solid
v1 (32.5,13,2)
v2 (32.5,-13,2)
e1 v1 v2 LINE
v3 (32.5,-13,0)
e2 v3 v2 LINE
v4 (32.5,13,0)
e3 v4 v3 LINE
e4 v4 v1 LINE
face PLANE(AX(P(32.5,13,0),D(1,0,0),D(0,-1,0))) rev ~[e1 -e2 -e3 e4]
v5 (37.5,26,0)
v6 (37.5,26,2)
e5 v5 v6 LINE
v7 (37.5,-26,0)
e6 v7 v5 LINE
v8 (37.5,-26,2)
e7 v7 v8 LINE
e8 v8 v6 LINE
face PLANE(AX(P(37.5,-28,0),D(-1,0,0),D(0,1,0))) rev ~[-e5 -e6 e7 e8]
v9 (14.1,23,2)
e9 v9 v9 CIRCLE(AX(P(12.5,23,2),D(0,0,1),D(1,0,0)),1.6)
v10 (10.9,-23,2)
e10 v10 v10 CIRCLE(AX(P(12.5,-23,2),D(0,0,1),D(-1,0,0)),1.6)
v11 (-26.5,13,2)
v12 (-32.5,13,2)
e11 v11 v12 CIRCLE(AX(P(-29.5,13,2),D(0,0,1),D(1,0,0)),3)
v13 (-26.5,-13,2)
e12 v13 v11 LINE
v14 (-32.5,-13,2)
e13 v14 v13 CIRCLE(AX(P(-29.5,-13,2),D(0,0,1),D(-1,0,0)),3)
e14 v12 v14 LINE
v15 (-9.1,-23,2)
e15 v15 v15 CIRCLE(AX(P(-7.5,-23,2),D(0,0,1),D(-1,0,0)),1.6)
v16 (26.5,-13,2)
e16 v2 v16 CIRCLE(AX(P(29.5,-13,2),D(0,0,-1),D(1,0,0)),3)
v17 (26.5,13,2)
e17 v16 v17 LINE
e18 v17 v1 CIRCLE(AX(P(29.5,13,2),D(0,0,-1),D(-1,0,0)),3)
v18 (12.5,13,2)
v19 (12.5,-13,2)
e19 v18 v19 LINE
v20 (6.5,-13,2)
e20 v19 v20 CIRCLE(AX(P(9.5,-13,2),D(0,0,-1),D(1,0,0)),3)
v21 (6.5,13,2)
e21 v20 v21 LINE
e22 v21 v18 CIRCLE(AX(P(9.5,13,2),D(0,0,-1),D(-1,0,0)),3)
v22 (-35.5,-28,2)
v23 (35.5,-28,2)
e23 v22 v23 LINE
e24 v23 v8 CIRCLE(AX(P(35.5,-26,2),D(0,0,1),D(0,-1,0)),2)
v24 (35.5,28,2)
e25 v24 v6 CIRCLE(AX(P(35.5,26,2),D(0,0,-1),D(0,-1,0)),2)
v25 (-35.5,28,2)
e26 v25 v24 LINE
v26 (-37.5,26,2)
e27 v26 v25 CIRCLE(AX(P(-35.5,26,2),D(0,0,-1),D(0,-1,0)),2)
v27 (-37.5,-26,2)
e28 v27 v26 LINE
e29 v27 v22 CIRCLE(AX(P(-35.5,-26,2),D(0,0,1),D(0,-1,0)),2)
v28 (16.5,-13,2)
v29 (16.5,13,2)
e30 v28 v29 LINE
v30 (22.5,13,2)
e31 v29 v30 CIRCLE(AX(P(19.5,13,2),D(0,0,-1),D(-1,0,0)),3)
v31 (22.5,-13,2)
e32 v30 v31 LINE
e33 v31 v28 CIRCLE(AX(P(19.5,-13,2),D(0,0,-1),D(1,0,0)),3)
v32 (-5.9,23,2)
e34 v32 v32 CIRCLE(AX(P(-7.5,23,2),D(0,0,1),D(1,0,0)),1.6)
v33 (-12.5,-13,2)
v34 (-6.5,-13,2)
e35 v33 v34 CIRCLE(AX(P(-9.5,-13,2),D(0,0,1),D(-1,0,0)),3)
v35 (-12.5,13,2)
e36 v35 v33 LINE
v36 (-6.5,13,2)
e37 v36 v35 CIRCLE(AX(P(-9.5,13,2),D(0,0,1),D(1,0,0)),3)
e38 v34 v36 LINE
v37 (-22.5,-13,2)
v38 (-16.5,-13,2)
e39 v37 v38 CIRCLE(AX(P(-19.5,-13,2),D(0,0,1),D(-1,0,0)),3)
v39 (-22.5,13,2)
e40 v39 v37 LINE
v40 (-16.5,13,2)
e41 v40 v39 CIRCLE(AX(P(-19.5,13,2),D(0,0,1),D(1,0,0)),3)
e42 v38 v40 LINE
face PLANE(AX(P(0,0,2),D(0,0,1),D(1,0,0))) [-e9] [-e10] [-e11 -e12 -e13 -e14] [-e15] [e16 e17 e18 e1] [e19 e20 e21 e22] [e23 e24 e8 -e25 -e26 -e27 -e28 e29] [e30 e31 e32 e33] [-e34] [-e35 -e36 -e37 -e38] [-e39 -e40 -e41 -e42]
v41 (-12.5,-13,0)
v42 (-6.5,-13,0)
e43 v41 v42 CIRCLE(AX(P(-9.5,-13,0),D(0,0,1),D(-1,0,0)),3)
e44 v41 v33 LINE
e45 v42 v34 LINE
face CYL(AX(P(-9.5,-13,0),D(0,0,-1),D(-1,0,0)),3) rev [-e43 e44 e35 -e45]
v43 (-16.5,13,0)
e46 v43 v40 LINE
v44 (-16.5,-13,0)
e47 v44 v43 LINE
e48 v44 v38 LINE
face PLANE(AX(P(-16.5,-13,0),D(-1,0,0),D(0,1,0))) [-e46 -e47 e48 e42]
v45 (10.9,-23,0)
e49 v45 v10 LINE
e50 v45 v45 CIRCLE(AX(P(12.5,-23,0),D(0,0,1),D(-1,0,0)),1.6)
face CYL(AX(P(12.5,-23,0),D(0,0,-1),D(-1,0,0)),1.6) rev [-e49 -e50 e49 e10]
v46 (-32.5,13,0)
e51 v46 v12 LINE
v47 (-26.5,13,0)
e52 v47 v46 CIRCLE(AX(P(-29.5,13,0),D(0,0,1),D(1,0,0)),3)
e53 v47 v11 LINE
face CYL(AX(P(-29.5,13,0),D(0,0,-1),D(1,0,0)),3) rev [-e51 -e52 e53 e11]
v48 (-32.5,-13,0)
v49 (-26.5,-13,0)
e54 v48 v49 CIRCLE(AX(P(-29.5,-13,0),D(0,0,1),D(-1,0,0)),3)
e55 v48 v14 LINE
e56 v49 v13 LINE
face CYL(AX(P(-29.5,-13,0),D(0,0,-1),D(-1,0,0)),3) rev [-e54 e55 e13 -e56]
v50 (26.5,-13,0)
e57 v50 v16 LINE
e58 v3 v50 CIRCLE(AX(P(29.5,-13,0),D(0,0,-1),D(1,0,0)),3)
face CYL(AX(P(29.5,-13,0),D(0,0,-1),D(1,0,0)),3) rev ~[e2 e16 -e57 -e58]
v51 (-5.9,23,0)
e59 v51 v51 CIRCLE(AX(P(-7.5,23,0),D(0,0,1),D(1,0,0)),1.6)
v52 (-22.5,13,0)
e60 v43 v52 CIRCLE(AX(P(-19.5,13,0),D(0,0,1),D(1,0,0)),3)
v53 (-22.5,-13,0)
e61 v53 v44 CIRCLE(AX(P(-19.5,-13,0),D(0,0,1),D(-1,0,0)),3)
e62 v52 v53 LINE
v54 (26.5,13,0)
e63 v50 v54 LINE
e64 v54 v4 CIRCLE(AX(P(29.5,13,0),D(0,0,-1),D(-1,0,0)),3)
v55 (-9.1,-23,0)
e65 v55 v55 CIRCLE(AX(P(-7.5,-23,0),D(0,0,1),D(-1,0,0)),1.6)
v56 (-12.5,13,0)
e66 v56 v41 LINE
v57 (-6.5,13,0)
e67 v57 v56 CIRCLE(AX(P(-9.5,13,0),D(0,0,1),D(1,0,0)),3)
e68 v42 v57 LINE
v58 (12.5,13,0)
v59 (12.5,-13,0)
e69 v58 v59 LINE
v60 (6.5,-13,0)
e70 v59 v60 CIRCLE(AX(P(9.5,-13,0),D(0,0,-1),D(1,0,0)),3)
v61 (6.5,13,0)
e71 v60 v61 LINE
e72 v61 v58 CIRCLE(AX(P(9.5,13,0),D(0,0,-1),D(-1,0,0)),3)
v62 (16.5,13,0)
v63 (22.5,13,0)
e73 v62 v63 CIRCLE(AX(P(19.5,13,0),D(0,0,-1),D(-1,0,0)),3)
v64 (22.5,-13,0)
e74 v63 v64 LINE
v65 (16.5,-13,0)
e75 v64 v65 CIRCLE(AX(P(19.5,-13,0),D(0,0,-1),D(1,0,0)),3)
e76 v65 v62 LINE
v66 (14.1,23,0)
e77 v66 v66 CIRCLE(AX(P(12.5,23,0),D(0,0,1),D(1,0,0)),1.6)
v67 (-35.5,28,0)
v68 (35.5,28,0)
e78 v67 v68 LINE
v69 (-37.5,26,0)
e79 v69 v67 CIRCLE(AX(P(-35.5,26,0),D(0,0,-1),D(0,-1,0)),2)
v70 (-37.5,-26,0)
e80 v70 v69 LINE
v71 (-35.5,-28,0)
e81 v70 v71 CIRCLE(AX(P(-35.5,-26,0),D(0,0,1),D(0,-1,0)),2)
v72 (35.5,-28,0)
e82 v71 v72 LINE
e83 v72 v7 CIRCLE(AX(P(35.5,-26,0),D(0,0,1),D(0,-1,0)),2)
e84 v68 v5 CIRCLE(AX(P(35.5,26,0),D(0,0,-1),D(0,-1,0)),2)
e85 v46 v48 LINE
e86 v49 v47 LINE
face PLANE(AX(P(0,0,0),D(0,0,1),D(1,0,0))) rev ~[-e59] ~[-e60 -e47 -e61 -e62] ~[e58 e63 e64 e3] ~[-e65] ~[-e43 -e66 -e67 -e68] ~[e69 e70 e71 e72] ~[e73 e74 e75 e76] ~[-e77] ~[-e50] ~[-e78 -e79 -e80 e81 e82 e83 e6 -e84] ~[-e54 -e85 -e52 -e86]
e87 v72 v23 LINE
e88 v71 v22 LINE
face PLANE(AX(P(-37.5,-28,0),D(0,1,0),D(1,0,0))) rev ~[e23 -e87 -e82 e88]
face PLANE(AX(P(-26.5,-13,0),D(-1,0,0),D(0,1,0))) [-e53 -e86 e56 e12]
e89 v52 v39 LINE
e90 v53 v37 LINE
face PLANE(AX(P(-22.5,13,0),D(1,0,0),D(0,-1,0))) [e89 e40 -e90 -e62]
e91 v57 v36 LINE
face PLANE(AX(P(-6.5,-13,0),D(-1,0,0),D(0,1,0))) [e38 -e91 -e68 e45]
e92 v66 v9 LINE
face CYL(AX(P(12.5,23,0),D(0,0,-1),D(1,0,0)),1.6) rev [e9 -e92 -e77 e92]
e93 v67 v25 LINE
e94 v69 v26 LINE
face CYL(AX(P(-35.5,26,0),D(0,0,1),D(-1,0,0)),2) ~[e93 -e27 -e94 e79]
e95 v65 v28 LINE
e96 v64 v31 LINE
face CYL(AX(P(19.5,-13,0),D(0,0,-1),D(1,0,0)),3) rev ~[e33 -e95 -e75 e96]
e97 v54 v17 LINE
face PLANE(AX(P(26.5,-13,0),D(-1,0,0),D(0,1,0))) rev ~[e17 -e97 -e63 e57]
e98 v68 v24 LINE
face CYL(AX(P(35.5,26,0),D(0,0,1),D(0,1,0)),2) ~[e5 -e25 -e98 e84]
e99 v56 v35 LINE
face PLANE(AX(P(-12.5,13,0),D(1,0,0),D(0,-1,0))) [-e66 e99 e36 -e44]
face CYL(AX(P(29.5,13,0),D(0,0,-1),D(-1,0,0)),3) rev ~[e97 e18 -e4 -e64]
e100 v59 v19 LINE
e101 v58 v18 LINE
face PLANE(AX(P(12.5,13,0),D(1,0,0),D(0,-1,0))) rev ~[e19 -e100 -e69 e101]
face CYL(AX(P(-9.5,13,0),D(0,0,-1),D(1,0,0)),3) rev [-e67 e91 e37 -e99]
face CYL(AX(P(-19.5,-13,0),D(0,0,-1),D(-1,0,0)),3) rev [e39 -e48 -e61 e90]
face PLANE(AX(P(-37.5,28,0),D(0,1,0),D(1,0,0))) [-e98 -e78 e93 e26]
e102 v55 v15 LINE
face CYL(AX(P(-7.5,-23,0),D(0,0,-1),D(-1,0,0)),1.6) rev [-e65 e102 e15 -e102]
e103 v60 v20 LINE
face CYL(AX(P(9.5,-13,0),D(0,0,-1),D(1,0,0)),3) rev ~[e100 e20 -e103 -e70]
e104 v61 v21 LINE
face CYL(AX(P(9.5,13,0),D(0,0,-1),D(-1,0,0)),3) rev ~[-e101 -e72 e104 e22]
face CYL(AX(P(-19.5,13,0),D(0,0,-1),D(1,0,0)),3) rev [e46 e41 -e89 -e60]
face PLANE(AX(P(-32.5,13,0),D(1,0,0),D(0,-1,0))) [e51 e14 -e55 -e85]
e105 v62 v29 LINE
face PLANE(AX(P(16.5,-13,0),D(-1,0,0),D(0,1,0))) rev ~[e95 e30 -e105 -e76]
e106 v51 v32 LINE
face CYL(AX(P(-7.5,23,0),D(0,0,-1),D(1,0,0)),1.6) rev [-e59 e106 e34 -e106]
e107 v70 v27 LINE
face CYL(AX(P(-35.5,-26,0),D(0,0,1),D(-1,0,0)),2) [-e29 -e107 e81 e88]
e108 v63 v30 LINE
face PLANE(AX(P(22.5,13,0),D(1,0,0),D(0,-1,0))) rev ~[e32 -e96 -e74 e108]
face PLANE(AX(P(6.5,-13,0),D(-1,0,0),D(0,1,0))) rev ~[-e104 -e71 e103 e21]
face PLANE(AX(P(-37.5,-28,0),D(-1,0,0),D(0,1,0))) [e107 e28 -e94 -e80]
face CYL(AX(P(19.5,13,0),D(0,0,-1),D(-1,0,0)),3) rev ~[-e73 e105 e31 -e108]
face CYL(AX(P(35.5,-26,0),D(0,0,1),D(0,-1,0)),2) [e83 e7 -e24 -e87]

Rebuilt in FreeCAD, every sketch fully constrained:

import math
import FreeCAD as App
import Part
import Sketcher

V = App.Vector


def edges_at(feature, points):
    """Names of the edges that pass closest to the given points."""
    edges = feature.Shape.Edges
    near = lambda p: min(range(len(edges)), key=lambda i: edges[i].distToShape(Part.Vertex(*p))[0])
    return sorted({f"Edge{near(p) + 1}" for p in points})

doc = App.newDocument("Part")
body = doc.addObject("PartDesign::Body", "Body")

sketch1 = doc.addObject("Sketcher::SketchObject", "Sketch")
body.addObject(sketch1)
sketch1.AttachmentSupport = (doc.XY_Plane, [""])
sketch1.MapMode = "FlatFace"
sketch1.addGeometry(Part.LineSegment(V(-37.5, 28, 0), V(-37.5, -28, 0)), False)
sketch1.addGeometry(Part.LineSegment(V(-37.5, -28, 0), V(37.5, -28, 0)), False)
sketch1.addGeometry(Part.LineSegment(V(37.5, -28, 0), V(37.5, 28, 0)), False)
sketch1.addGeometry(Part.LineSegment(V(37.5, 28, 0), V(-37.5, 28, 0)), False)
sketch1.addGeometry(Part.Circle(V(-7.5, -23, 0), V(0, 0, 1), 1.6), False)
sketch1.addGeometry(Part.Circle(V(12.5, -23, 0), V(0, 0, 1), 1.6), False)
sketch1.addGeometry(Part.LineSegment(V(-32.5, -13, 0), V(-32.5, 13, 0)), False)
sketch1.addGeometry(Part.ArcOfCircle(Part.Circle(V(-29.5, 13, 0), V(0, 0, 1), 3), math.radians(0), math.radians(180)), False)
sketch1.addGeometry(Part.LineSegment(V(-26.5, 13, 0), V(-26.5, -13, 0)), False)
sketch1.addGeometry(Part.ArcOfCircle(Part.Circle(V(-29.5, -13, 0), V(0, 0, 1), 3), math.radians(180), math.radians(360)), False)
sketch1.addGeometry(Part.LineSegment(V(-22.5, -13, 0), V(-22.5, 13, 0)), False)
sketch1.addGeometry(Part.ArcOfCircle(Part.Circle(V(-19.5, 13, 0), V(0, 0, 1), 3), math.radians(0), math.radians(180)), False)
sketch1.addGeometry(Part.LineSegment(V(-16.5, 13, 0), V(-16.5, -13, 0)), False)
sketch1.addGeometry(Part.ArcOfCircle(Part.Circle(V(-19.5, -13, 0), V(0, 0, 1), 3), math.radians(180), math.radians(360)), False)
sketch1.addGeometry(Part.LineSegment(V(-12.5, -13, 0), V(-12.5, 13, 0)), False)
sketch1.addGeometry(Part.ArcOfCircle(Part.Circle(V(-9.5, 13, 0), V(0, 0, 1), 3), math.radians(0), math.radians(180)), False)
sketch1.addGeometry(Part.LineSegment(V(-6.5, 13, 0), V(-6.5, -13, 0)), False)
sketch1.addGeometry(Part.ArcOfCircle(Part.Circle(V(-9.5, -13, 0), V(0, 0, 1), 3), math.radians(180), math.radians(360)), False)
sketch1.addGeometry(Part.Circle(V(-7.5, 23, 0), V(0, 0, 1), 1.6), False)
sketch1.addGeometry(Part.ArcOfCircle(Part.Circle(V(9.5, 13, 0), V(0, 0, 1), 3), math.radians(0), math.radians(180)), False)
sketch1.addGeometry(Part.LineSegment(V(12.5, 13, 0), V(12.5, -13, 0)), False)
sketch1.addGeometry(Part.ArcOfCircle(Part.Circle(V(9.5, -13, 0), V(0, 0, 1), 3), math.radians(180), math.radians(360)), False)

### WORK ITEM
Only one stretch is wanted, so please give again exactly the lines from the start of the data through the line containing "v26 (-37.5,26,2)", both ends included.

### RESPONSE AREA
solid
v1 (32.5,13,2)
v2 (32.5,-13,2)
e1 v1 v2 LINE
v3 (32.5,-13,0)
e2 v3 v2 LINE
v4 (32.5,13,0)
e3 v4 v3 LINE
e4 v4 v1 LINE
face PLANE(AX(P(32.5,13,0),D(1,0,0),D(0,-1,0))) rev ~[e1 -e2 -e3 e4]
v5 (37.5,26,0)
v6 (37.5,26,2)
e5 v5 v6 LINE
v7 (37.5,-26,0)
e6 v7 v5 LINE
v8 (37.5,-26,2)
e7 v7 v8 LINE
e8 v8 v6 LINE
face PLANE(AX(P(37.5,-28,0),D(-1,0,0),D(0,1,0))) rev ~[-e5 -e6 e7 e8]
v9 (14.1,23,2)
e9 v9 v9 CIRCLE(AX(P(12.5,23,2),D(0,0,1),D(1,0,0)),1.6)
v10 (10.9,-23,2)
e10 v10 v10 CIRCLE(AX(P(12.5,-23,2),D(0,0,1),D(-1,0,0)),1.6)
v11 (-26.5,13,2)
v12 (-32.5,13,2)
e11 v11 v12 CIRCLE(AX(P(-29.5,13,2),D(0,0,1),D(1,0,0)),3)
v13 (-26.5,-13,2)
e12 v13 v11 LINE
v14 (-32.5,-13,2)
e13 v14 v13 CIRCLE(AX(P(-29.5,-13,2),D(0,0,1),D(-1,0,0)),3)
e14 v12 v14 LINE
v15 (-9.1,-23,2)
e15 v15 v15 CIRCLE(AX(P(-7.5,-23,2),D(0,0,1),D(-1,0,0)),1.6)
v16 (26.5,-13,2)
e16 v2 v16 CIRCLE(AX(P(29.5,-13,2),D(0,0,-1),D(1,0,0)),3)
v17 (26.5,13,2)
e17 v16 v17 LINE
e18 v17 v1 CIRCLE(AX(P(29.5,13,2),D(0,0,-1),D(-1,0,0)),3)
v18 (12.5,13,2)
v19 (12.5,-13,2)
e19 v18 v19 LINE
v20 (6.5,-13,2)
e20 v19 v20 CIRCLE(AX(P(9.5,-13,2),D(0,0,-1),D(1,0,0)),3)
v21 (6.5,13,2)
e21 v20 v21 LINE
e22 v21 v18 CIRCLE(AX(P(9.5,13,2),D(0,0,-1),D(-1,0,0)),3)
v22 (-35.5,-28,2)
v23 (35.5,-28,2)
e23 v22 v23 LINE
e24 v23 v8 CIRCLE(AX(P(35.5,-26,2),D(0,0,1),D(0,-1,0)),2)
v24 (35.5,28,2)
e25 v24 v6 CIRCLE(AX(P(35.5,26,2),D(0,0,-1),D(0,-1,0)),2)
v25 (-35.5,28,2)
e26 v25 v24 LINE
v26 (-37.5,26,2)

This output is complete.